Para votar los fuereños se implementaron las casillas especiales y fuimos tantos que en hilera nos movíamos involuntariamente, en forma similar a la serpiente y en ese desliz, se escucharon los espasmos de la entraña.
Durante el tiempo de aquella espera, se reprodujo un suceso singular; la nostalgia por el terruño.
Un tardío homesick revelado por la credencial del INE, en donde hemos depositado la pertenencia, arraigo; nuestros humos, la patria móvil, los recuerdos y el sosiego.
¿Por eso en el fondo no actualizamos nuestra dirección?
De las cinco mujeres del team, que se logró moldear en el transcurso de las 7 horas del tenaz convivió electoral en la colonia del Valle de la Ciudad de México, ninguna de ellas se conocía previamente; ahí se convirtieron en amigas y me permitieron escuchar.
Dos de ellas se llaman Ale. A una le encanta su nombre y a la otra, no (“¡Lo odio, en verdad!”). Nacieron en Ciudad Juárez y Acapulco hace más o menos 25 años, en el tiempo en que en dichas ciudades se asesinaron a cientos de mujeres.
Sus padres fueron testigos de cuándo emana la pus del absceso que fue infectado por las miserias de los dealers bisoños, pasados inexpertos, patrones de la estupidez, policías podridos y traficantes en un jardín que se secó por abandono.

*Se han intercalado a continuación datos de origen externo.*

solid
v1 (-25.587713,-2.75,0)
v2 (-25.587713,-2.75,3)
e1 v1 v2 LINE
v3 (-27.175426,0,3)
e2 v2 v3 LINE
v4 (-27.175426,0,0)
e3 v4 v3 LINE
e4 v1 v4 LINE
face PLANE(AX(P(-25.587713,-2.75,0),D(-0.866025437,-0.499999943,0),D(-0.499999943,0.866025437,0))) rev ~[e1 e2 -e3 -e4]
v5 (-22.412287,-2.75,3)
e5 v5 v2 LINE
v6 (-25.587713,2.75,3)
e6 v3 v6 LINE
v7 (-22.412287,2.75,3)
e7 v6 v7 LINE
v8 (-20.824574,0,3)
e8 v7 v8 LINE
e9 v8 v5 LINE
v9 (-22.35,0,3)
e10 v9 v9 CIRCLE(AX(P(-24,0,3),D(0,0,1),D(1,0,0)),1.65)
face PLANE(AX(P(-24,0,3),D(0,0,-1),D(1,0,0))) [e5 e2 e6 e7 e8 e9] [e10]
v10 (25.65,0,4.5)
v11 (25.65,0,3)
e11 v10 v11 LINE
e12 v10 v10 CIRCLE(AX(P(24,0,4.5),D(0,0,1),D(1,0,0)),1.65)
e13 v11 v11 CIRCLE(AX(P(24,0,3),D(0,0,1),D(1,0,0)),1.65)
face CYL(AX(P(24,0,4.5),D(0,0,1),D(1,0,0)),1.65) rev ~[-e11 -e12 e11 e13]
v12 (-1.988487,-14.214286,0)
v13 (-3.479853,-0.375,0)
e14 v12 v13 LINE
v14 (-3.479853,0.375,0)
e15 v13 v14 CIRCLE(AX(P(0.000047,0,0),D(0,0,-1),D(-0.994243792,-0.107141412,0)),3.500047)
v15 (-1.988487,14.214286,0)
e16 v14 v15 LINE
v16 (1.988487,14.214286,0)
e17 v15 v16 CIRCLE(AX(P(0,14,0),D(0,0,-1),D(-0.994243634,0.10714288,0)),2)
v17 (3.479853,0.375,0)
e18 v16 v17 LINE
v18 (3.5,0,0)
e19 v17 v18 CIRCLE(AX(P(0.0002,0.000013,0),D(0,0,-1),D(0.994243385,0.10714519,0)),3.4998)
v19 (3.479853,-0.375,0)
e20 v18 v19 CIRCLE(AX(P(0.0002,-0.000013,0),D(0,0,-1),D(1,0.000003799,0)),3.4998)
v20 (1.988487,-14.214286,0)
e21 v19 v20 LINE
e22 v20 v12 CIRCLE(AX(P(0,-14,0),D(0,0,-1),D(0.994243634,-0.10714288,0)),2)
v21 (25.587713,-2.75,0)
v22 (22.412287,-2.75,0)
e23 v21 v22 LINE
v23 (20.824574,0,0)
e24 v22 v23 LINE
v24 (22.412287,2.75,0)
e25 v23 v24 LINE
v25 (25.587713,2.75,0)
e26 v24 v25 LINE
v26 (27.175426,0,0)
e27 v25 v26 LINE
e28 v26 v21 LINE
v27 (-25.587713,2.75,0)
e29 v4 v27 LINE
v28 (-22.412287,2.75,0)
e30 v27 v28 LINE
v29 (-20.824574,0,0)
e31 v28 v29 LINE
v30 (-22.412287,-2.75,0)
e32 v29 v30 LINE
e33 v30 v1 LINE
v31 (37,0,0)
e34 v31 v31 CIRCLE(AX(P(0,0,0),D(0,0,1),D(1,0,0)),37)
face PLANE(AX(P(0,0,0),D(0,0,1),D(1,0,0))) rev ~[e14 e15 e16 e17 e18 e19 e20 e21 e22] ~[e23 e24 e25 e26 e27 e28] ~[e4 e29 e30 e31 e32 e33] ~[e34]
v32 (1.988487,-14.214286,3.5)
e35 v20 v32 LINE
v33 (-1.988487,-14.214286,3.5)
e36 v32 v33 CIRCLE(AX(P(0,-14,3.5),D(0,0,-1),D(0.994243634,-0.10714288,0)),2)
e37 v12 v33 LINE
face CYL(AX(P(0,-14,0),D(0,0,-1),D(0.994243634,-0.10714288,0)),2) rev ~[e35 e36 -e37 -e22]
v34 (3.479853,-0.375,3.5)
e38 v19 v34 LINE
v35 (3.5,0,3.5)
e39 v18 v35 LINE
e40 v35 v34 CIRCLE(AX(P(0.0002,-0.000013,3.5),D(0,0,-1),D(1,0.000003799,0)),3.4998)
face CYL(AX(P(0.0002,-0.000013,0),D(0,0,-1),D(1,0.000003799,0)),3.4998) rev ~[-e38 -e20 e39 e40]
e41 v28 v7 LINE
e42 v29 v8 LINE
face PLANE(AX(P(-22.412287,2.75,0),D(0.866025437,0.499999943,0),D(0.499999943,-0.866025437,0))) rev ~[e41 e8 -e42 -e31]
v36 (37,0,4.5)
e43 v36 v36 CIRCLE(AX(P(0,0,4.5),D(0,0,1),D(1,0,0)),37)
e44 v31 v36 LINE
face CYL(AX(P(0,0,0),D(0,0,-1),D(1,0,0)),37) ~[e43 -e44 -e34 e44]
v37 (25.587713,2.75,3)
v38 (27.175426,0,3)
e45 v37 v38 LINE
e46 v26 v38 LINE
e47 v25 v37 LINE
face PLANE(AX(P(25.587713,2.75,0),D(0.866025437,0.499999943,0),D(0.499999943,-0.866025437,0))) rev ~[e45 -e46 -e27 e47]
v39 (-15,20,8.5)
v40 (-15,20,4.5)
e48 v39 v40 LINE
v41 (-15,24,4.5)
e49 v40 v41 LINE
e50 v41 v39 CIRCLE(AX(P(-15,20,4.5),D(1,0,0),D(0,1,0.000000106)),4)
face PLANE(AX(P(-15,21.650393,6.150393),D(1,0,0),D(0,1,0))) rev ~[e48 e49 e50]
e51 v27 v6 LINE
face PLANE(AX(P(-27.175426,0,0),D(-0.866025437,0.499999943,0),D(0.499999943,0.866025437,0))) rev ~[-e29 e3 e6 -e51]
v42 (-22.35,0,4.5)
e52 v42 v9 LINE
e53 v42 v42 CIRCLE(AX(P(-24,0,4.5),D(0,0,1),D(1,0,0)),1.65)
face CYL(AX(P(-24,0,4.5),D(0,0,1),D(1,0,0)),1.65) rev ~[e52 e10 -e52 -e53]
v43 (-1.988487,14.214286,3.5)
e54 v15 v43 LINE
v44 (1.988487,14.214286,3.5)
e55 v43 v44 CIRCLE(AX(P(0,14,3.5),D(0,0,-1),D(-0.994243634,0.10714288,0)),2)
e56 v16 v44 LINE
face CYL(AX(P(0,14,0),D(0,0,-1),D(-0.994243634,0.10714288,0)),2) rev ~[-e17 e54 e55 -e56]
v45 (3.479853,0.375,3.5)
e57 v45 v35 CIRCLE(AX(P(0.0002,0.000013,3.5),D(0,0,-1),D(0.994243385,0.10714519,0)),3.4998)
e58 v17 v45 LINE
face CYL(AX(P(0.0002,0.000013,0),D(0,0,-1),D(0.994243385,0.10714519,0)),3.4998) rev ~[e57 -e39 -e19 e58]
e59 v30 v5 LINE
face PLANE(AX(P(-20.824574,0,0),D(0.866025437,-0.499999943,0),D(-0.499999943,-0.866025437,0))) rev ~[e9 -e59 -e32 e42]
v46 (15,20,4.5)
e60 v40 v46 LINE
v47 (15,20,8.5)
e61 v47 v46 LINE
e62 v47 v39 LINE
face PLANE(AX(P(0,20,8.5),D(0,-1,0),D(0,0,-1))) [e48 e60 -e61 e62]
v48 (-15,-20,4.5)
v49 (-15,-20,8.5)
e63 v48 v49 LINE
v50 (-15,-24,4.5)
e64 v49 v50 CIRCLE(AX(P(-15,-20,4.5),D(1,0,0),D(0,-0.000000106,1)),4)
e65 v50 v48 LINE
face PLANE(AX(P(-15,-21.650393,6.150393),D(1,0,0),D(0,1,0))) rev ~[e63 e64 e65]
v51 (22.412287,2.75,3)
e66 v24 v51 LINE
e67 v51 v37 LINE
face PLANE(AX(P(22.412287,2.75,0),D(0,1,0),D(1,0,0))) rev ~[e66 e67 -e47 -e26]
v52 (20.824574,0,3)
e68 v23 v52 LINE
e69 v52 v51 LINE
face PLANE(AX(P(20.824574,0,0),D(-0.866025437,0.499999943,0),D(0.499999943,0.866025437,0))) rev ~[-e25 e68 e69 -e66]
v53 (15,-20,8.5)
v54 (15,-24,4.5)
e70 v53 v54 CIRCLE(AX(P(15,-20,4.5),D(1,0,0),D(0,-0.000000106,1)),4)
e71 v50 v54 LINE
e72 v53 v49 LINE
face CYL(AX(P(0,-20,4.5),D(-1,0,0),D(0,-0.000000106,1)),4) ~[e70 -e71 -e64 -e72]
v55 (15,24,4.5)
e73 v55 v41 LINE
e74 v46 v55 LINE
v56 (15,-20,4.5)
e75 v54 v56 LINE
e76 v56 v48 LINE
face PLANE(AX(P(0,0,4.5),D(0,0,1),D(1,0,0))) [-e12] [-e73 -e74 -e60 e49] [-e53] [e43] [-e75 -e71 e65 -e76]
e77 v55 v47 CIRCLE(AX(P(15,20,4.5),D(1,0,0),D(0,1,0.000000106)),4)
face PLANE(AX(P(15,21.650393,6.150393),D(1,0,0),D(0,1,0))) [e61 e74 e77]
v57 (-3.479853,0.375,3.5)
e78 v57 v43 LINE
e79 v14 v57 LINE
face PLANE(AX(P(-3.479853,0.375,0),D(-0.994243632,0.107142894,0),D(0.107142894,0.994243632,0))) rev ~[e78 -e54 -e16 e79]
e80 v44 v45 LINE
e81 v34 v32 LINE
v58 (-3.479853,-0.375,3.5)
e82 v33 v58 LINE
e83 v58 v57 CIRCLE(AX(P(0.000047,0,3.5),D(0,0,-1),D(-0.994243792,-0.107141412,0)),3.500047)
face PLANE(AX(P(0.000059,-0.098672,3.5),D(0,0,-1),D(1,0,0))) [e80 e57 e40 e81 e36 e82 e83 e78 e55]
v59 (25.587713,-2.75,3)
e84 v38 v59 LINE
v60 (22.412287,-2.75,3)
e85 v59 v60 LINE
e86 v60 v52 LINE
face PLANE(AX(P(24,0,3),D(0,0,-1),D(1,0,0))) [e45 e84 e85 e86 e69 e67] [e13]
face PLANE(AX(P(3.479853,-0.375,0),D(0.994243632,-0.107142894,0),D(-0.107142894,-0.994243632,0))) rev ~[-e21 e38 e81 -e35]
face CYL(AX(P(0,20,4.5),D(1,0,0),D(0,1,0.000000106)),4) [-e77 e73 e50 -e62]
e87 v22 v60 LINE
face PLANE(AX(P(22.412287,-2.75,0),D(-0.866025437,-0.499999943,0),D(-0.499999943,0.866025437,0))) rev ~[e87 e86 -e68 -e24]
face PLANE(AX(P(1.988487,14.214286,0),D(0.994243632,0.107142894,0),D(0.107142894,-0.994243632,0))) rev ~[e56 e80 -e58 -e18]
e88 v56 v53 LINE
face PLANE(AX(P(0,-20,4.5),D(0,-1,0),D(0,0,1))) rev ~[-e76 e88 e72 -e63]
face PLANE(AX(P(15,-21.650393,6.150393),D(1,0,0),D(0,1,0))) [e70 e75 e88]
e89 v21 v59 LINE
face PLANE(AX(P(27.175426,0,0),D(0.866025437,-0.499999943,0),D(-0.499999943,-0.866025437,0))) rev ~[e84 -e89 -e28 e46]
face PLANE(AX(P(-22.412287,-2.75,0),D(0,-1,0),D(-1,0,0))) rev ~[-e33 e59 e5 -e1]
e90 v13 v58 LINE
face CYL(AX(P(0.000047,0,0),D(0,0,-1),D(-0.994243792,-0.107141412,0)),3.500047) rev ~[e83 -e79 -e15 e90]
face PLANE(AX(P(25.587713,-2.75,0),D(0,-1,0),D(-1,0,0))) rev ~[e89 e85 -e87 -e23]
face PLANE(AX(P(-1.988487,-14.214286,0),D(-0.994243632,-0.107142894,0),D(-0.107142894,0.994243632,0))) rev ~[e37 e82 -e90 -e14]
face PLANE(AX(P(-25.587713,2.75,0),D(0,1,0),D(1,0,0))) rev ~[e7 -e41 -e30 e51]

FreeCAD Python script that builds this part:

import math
import FreeCAD as App
import Part
import Sketcher

V = App.Vector
Q = App.Units.Quantity

doc = App.newDocument("Part")
body = doc.addObject("PartDesign::Body", "Body")

# Sketch on XY plane
sketch1 = body.newObject("Sketcher::SketchObject", "Sketch")
sketch1.AttachmentSupport = (doc.getObject("XY_Plane"), [""])
sketch1.MapMode = "FlatFace"
sketch1.addGeometry(Part.Circle(V(0, 0, 0), V(0, 0, 1), 37), False)
sketch1.addConstraint([
    Sketcher.Constraint("Coincident", 0, 3, -1, 1),
    Sketcher.Constraint("Diameter", 0, Q("74 mm")),
])
pad1 = body.newObject("PartDesign::Pad", "Pad")
pad1.Profile = sketch1
pad1.Length = 4.5

# Sketch on XY plane
sketch2 = body.newObject("Sketcher::SketchObject", "Sketch001")
sketch2.AttachmentSupport = (doc.getObject("XY_Plane"), [""])
sketch2.MapMode = "FlatFace"
sketch2.addGeometry([
    Part.ArcOfCircle(Part.Circle(V(0.0002, 0.000013, 0), V(0, 0, 1), 3.4998), math.radians(-0.000218), math.radians(6.150774)),  # 0
    Part.ArcOfCircle(Part.Circle(V(0.0002, -0.000013, 0), V(0, 0, 1), 3.4998), math.radians(-6.150774), math.radians(0.000218)),  # 1
    Part.LineSegment(V(3.479853, -0.375, 0), V(1.988487, -14.214286, 0)),  # 2
    Part.ArcOfCircle(Part.Circle(V(0, -14, 0), V(0, 0, 1), 2), math.radians(-173.849359), math.radians(-6.150641)),  # 3
    Part.LineSegment(V(-1.988487, -14.214286, 0), V(-3.479853, -0.375, 0)),  # 4
    Part.ArcOfCircle(Part.Circle(V(0.000047, 0, 0), V(0, 0, 1), 3.500047), math.radians(173.849443), math.radians(186.150557)),  # 5
    Part.LineSegment(V(-3.479853, 0.375, 0), V(-1.988487, 14.214286, 0)),  # 6
    Part.ArcOfCircle(Part.Circle(V(0, 14, 0), V(0, 0, 1), 2), math.radians(6.150641), math.radians(173.849359)),  # 7
    Part.LineSegment(V(1.988487, 14.214286, 0), V(3.479853, 0.375, 0)),  # 8
], False)
sketch2.addConstraint([
    Sketcher.Constraint("Coincident", 0, 1, 1, 2),
    Sketcher.Constraint("Coincident", 1, 1, 2, 1),
    Sketcher.Constraint("Coincident", 2, 2, 3, 2),
    Sketcher.Constraint("Coincident", 3, 1, 4, 1),
    Sketcher.Constraint("Coincident", 4, 2, 5, 2),
    Sketcher.Constraint("Coincident", 5, 1, 6, 1),
    Sketcher.Constraint("Coincident", 6, 2, 7, 2),
    Sketcher.Constraint("Coincident", 7, 1, 8, 1),
    Sketcher.Constraint("Coincident", 8, 2, 0, 2),
    Sketcher.Constraint("PointOnObject", 3, 3, -2),
    Sketcher.Constraint("PointOnObject", 5, 3, -1),
    Sketcher.Constraint("PointOnObject", 7, 3, -2),
    Sketcher.Constraint("PointOnObject", 0, 1, -1),
    Sketcher.Constraint("Radius", 3, Q("2 mm")),
    Sketcher.Constraint("Radius", 7, Q("2 mm")),
    Sketcher.Constraint("DistanceY", 3, 3, -1, 1, Q("14 mm")),
    Sketcher.Constraint("DistanceY", -1, 1, 7, 3, Q("14 mm")),
    Sketcher.Constraint("DistanceX", -1, 1, 0, 1, Q("3.5 mm")),
    Sketcher.Constraint("Radius", 0, Q("3.4998 mm")),
    Sketcher.Constraint("Radius", 1, Q("3.4998 mm")),
    Sketcher.Constraint("DistanceY", 4, 2, 5, 1, Q("0.75 mm")),
    Sketcher.Constraint("DistanceY", 1, 1, 8, 2, Q("0.75 mm")),
    Sketcher.Constraint("DistanceY", 1, 1, -1, 1, Q("0.375 mm")),
    Sketcher.Constraint("DistanceY", 4, 2, -1, 1, Q("0.375 mm")),
    Sketcher.Constraint("Radius", 5, Q("3.500047 mm")),
    Sketcher.Constraint("DistanceY", 2, 2, 0, 3, Q("14.214299 mm")),
    Sketcher.Constraint("DistanceY", 3, 1, 0, 3, Q("14.214299 mm")),
    Sketcher.Constraint("DistanceY", 1, 3, 6, 2, Q("14.214299 mm")),
    Sketcher.Constraint("DistanceY", 1, 3, 7, 1, Q("14.214299 mm")),
    Sketcher.Constraint("Distance", 2, Q("13.919411 mm")),
    Sketcher.Constraint("Distance", 4, Q("13.919411 mm")),
    Sketcher.Constraint("Distance", 6, Q("13.919411 mm")),
])
pocket1 = body.newObject("PartDesign::Pocket", "Pocket")
pocket1.Profile = sketch2
pocket1.Length = 3.5
pocket1.Reversed = True
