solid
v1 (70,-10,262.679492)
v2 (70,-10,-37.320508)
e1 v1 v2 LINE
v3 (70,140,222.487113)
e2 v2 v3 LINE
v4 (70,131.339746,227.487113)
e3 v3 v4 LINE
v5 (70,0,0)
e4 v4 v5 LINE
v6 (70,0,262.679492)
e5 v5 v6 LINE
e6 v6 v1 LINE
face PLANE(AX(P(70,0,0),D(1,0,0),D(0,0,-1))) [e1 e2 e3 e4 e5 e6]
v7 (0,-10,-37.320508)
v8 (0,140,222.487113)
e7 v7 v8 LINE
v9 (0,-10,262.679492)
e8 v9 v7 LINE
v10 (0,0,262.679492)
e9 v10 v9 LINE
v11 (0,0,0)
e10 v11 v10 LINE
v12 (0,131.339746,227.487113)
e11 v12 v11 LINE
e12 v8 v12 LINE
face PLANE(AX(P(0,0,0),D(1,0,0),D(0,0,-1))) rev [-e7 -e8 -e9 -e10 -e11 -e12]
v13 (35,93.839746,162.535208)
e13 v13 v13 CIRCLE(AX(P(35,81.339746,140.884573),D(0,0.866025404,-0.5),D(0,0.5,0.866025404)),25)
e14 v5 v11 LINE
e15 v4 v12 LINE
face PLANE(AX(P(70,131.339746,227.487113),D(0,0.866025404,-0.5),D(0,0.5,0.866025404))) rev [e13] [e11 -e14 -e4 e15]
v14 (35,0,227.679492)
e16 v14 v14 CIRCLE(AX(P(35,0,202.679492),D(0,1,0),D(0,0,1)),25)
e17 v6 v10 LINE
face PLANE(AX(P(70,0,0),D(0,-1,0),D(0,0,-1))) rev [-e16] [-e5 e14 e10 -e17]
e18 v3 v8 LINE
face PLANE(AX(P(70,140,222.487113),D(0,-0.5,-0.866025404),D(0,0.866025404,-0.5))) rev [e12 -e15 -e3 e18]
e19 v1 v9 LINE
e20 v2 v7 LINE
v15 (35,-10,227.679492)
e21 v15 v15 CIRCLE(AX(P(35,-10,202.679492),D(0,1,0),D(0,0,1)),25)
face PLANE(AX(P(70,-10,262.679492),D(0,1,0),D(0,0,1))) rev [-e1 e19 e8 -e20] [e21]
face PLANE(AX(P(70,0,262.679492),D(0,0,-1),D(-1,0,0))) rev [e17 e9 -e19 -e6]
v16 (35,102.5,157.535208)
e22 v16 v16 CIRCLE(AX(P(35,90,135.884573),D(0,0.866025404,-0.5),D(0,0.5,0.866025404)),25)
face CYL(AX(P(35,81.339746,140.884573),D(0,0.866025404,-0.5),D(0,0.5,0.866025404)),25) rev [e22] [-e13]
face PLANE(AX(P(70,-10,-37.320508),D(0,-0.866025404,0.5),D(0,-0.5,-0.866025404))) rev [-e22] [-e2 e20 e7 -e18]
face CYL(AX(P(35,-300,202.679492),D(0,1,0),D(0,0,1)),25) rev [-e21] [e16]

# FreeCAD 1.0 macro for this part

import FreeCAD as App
import Part
import Sketcher
Q = App.Units.Quantity


def add_polygon(sketch, points):
    """Adds a closed chain of lines whose ends are joined by coincident constraints."""
    first, n = sketch.GeometryCount, len(points)
    for a, b in zip(points, points[1:] + points[:1]):
        sketch.addGeometry(Part.LineSegment(App.Vector(*a, 0), App.Vector(*b, 0)), False)
    for i in range(n):
        sketch.addConstraint(Sketcher.Constraint("Coincident", first + i, 2, first + (i + 1) % n, 1))

doc = App.newDocument("Part")
body = doc.addObject("PartDesign::Body", "Body")

sketch1 = body.newObject("Sketcher::SketchObject", "Sketch")
sketch1.AttachmentSupport = (doc.getObject("YZ_Plane"), [""])
sketch1.MapMode = "FlatFace"
add_polygon(sketch1, [(131, 227), (0, 0), (0, 263), (-10, 263), (-10, -37), (140, 222)])
sketch1.addConstraint(Sketcher.Constraint("Vertical", 1))
sketch1.addConstraint(Sketcher.Constraint("Horizontal", 2))
sketch1.addConstraint(Sketcher.Constraint("Vertical", 3))
sketch1.addConstraint(Sketcher.Constraint("Coincident", 0, 2, -1, 1))
sketch1.addConstraint(Sketcher.Constraint("Parallel", 0, 4))
sketch1.addConstraint(Sketcher.Constraint("Perpendicular", 4, 5))
sketch1.addConstraint(Sketcher.Constraint("DistanceX", 2, 2, 2, 1, Q("10 mm")))
sketch1.addConstraint(Sketcher.Constraint("DistanceY", 3, 2, 3, 1, Q("300 mm")))
sketch1.addConstraint(Sketcher.Constraint("Angle", 0, Q("-120 deg")))
sketch1.addConstraint(Sketcher.Constraint("Distance", 4, Q("300 mm")))
sketch1.addConstraint(Sketcher.Constraint("Distance", 5, Q("10 mm")))
pad1 = body.newObject("PartDesign::Pad", "Pad")
pad1.Profile = sketch1
pad1.Length = 70

sketch2 = body.newObject("Sketcher::SketchObject", "Sketch001")
sketch2.Placement = App.Placement(App.Vector(0, 8.660254, -5), App.Rotation(App.Vector(1, 0, 0), App.Vector(0, -0.5, -0.866025404), App.Vector(0, 0.866025404, -0.5), "ZXY"))
sketch2.addGeometry(Part.Circle(App.Vector(35, -163, 0), App.Vector(0, 0, 1), 25), False)
sketch2.addConstraint(Sketcher.Constraint("Diameter", 0, Q("50 mm")))
sketch2.addConstraint(Sketcher.Constraint("DistanceX", -1, 1, 0, 3, Q("35 mm")))
sketch2.addConstraint(Sketcher.Constraint("DistanceY", 0, 3, -1, 1, Q("162.679492 mm")))
pocket1 = body.newObject("PartDesign::Pocket", "Pocket")
pocket1.Profile = sketch2
pocket1.Length = 10

sketch3 = body.newObject("Sketcher::SketchObject", "Sketch002")
sketch3.AttachmentSupport = (doc.getObject("XZ_Plane"), [""])
sketch3.MapMode = "FlatFace"
sketch3.addGeometry(Part.Circle(App.Vector(35, 203, 0), App.Vector(0, 0, 1), 25), False)
sketch3.addConstraint(Sketcher.Constraint("Diameter", 0, Q("50 mm")))
sketch3.addConstraint(Sketcher.Constraint("DistanceX", -1, 1, 0, 3, Q("35 mm")))
sketch3.addConstraint(Sketcher.Constraint("DistanceY", -1, 1, 0, 3, Q("202.679492 mm")))
pocket2 = body.newObject("PartDesign::Pocket", "Pocket001")
pocket2.Profile = sketch3
pocket2.Length = 300
pocket2.Reversed = True

doc.recompute()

Así que sus madres las enviaron fuera de esa frontera y puerto; llegaron a la capital en donde ahora estudian y trabajan.
La situación de María, de 20 años, es similar; su huida de Celaya fue de aullido. Allí, en el Bajío, el toque de queda fue tan contundente, como duras las cicatrices emocionales que la orillaron al miedo y también a estudiar psicología. Pretende cursar la especialidad en sicoanálisis en el Claustro de Sor Juana.
Sobre esas costras invisibles se tatuó en la espalda una figura con los trazos creados por el pintor Vasili Kandinsky y Henri Matisse, (“este tatoo me salió carito”).
“Si mi padre tuviera terapeuta no se tatuaría la cara; tendría trabajo y no le hubieran negado la visa”, sintetiza una de las Ale, luego de escuchar las virtudes de la especialidad y narrar las consecuencias de su propio tratamiento mental. Resultó que todos estábamos en una cura afín.
La estrategia
Camila y Sandra son profesionistas con 33 años cumplidos. De Shihuahua y Sinaloa, respectivamente. La norteña es médico en urgencias del ABC, siempre alerta y con espléndido humor (“la guardia de anoche merece una michelada, ¿qué no?”), mientras la paisana de Culiacán, administra recursos humanos para una empresa de 120 mil obreros. (“Somos un madral de historias”)
Las dos saben de béisbol, van al estadio. Describen las jugadas con la exactitud de una pasión; el tris de un lanzamiento.
Críticas de AMLO, más bien le dan carrilla; imitan las frases mañaneras. Piensan que ser mujer garantiza la eficacia en la presidencia. No quieren desperdiciar su voto. (“Lo de Claudia es una estrategia”).
Las cinco pagan renta. Las estudiantes buscan becas y están preocupadas por el cambio climático, la falta de agua y el calor. Sobre todo para la otra Ale, licenciada en Ciencias Ambientales y maestra en yoga. (“Pinches empresas no quieren cambiar nada”).
Los mejores burritos, ceviches y la carnita asada. (“Que todo lo resuelve”), aflora en los antojos, mientras el hambre, el sol, la sed, la tiricia, el sueño y la duda, nos invade.
La fila ya dobló y alcanzó la cabeza-cola hasta confundirse. Somos miles, porque nos han escrito el número 887 en el dorso de la mano y nos encontramos a la mitad del primer rosario. (“No manches, son las tres”).
Cinco horas después me sondean (“Jubilado: fui periodista”) y profieren al unísono la onomatopeya: Ahhh uhhhh shshhh.